The Chinese multinational Alibaba, best known for its e-commerce operations, also invests heavily in technological development projects. Researchers at the company’s Intelligent Computing Institute showed off their new AI video generator, EMO.
EMO, or Emote Portrait Alive, is a «Audio-based expressive video and portrait generation framework» that converts a single reference still image and vocal audio into an animated avatar video with facial expressions and poses.
Among the numerous examples created by the team is taking an AI-generated woman in sunglasses from OpenAI’s debut Sora and making her sing “Don’t Start Now» by Dua Lipa. Fortunately, the character is one of Sora’s least terrifying creations.
Another example shows an AI-generated photo of Da Vinci’s Mona Lisa and makes her sing “flowers» by Miley Cyrus, covered by YUQI. In another clip, Audrey Hepburn sings a cover of an Ed Sheeran song. The RINKI YouTube channel collected all Alibaba demo videos and upscaled them to 4K.

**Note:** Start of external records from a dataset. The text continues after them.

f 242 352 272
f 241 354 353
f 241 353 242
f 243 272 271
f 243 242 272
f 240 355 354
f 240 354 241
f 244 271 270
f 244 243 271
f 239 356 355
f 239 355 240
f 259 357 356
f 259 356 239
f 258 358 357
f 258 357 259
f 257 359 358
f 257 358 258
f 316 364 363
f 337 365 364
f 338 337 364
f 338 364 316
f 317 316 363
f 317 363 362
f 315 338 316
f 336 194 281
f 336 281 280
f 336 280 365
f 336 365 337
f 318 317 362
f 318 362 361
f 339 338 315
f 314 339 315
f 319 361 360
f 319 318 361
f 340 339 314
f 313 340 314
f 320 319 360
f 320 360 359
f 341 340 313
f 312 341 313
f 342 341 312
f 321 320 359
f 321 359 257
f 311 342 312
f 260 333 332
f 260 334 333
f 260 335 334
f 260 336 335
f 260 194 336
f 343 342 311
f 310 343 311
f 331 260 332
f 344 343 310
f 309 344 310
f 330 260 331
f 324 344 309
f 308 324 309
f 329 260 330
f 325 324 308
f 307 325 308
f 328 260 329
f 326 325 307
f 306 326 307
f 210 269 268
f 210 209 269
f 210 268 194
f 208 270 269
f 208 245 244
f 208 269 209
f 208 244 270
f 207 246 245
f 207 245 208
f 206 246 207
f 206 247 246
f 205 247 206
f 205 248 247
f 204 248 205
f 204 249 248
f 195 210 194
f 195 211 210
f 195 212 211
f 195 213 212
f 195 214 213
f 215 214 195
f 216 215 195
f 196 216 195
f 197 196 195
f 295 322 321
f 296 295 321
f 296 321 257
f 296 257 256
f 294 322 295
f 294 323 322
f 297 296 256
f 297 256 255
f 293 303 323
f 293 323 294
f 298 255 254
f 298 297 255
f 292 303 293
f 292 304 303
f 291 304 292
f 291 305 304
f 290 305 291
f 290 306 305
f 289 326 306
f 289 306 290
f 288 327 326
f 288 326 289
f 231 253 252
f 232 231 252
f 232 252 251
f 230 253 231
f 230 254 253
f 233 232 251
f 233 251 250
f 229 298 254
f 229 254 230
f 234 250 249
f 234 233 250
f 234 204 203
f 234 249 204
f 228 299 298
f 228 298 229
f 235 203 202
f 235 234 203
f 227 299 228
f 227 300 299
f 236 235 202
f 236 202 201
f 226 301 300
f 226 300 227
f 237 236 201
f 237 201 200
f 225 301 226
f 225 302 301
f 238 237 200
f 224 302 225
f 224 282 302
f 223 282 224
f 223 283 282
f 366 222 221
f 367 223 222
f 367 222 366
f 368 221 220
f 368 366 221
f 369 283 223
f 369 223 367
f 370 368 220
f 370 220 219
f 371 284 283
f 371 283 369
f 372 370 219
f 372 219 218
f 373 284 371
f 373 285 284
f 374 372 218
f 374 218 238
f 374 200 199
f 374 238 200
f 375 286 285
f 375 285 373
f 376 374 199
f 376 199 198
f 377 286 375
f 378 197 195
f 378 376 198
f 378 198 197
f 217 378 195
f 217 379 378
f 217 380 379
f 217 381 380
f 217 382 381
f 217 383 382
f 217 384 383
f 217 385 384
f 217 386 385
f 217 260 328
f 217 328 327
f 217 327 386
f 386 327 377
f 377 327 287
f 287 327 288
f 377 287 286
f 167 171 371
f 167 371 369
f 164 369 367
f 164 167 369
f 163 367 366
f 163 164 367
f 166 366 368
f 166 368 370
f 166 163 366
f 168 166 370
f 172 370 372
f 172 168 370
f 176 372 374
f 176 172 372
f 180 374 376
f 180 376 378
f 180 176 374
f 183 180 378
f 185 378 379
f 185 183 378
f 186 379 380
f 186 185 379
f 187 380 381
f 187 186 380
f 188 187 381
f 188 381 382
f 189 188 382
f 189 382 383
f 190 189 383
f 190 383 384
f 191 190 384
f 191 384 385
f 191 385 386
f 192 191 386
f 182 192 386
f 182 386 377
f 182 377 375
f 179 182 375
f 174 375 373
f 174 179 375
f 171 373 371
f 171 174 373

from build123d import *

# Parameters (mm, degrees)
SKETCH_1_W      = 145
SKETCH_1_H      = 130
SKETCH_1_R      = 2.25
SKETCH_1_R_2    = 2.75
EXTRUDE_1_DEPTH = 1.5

A key part of EMO is that it can lip sync a synthesized video clip with the actual audio, so the model supports songs in multiple languages. It also works with numerous art styles, whether it’s photography, painting, or anime-style cartoons. It also works with other audio inputs, such as typical speech.
In theory, an audio input wouldn’t have to be “authentic” either. This week, Adobe introduced a new generative AI platform capable of creating music from text messages. And as celebrities like Taylor Swift know, it’s very easy to generate voices that sound realistic.
The model, based on a stable diffusion backbone, is not the first of its kind, but it is arguably the most effective. There are notable imperfections in this initial effort, such as a fairly strong smoothing effect on people’s skin and occasionally jarring mouth movements. Still, the overall accuracy of lip movements in response to input audio is notable.
The complete research from the Alibaba Institute for Intelligent Computing is published on Githuband the associated research article It is available on ArXiv.